Task statement:
Leaving nothing out, set down all the data exactly.

(Beginning of Exercise input)

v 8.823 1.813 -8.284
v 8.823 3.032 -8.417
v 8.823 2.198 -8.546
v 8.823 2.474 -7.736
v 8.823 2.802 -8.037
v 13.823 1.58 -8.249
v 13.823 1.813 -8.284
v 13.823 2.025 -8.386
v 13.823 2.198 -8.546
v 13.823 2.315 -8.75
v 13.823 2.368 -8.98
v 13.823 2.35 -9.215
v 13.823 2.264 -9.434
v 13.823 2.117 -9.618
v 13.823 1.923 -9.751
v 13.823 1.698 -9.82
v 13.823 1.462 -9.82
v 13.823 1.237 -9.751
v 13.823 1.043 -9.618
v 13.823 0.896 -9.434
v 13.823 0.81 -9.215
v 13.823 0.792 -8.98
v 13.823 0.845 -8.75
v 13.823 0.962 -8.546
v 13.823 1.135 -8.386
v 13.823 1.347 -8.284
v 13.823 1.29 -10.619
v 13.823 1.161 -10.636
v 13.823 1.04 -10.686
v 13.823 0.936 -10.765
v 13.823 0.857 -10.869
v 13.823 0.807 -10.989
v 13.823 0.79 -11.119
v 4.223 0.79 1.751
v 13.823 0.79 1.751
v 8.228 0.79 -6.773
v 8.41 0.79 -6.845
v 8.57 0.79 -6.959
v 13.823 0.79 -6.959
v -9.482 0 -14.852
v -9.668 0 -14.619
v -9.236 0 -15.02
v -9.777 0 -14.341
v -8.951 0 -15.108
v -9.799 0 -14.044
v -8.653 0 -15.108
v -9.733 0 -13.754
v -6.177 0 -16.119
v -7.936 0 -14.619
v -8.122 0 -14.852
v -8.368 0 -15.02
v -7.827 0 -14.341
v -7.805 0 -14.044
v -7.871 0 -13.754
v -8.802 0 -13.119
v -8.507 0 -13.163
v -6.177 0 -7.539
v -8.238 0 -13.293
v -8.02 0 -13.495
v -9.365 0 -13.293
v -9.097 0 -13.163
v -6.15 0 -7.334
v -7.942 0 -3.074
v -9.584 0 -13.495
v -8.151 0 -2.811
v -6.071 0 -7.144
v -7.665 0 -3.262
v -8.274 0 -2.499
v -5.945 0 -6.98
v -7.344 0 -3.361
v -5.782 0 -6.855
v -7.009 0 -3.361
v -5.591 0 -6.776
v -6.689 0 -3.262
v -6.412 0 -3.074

(End of Exercise input)

Reply to the exercise:
v 8.823 1.813 -8.284
v 8.823 3.032 -8.417
v 8.823 2.198 -8.546
v 8.823 2.474 -7.736
v 8.823 2.802 -8.037
v 13.823 1.58 -8.249
v 13.823 1.813 -8.284
v 13.823 2.025 -8.386
v 13.823 2.198 -8.546
v 13.823 2.315 -8.75
v 13.823 2.368 -8.98
v 13.823 2.35 -9.215
v 13.823 2.264 -9.434
v 13.823 2.117 -9.618
v 13.823 1.923 -9.751
v 13.823 1.698 -9.82
v 13.823 1.462 -9.82
v 13.823 1.237 -9.751
v 13.823 1.043 -9.618
v 13.823 0.896 -9.434
v 13.823 0.81 -9.215
v 13.823 0.792 -8.98
v 13.823 0.845 -8.75
v 13.823 0.962 -8.546
v 13.823 1.135 -8.386
v 13.823 1.347 -8.284
v 13.823 1.29 -10.619
v 13.823 1.161 -10.636
v 13.823 1.04 -10.686
v 13.823 0.936 -10.765
v 13.823 0.857 -10.869
v 13.823 0.807 -10.989
v 13.823 0.79 -11.119
v 4.223 0.79 1.751
v 13.823 0.79 1.751
v 8.228 0.79 -6.773
v 8.41 0.79 -6.845
v 8.57 0.79 -6.959
v 13.823 0.79 -6.959
v -9.482 0 -14.852
v -9.668 0 -14.619
v -9.236 0 -15.02
v -9.777 0 -14.341
v -8.951 0 -15.108
v -9.799 0 -14.044
v -8.653 0 -15.108
v -9.733 0 -13.754
v -6.177 0 -16.119
v -7.936 0 -14.619
v -8.122 0 -14.852
v -8.368 0 -15.02
v -7.827 0 -14.341
v -7.805 0 -14.044
v -7.871 0 -13.754
v -8.802 0 -13.119
v -8.507 0 -13.163
v -6.177 0 -7.539
v -8.238 0 -13.293
v -8.02 0 -13.495
v -9.365 0 -13.293
v -9.097 0 -13.163
v -6.15 0 -7.334
v -7.942 0 -3.074
v -9.584 0 -13.495
v -8.151 0 -2.811
v -6.071 0 -7.144
v -7.665 0 -3.262
v -8.274 0 -2.499
v -5.945 0 -6.98
v -7.344 0 -3.361
v -5.782 0 -6.855
v -7.009 0 -3.361
v -5.591 0 -6.776
v -6.689 0 -3.262
v -6.412 0 -3.074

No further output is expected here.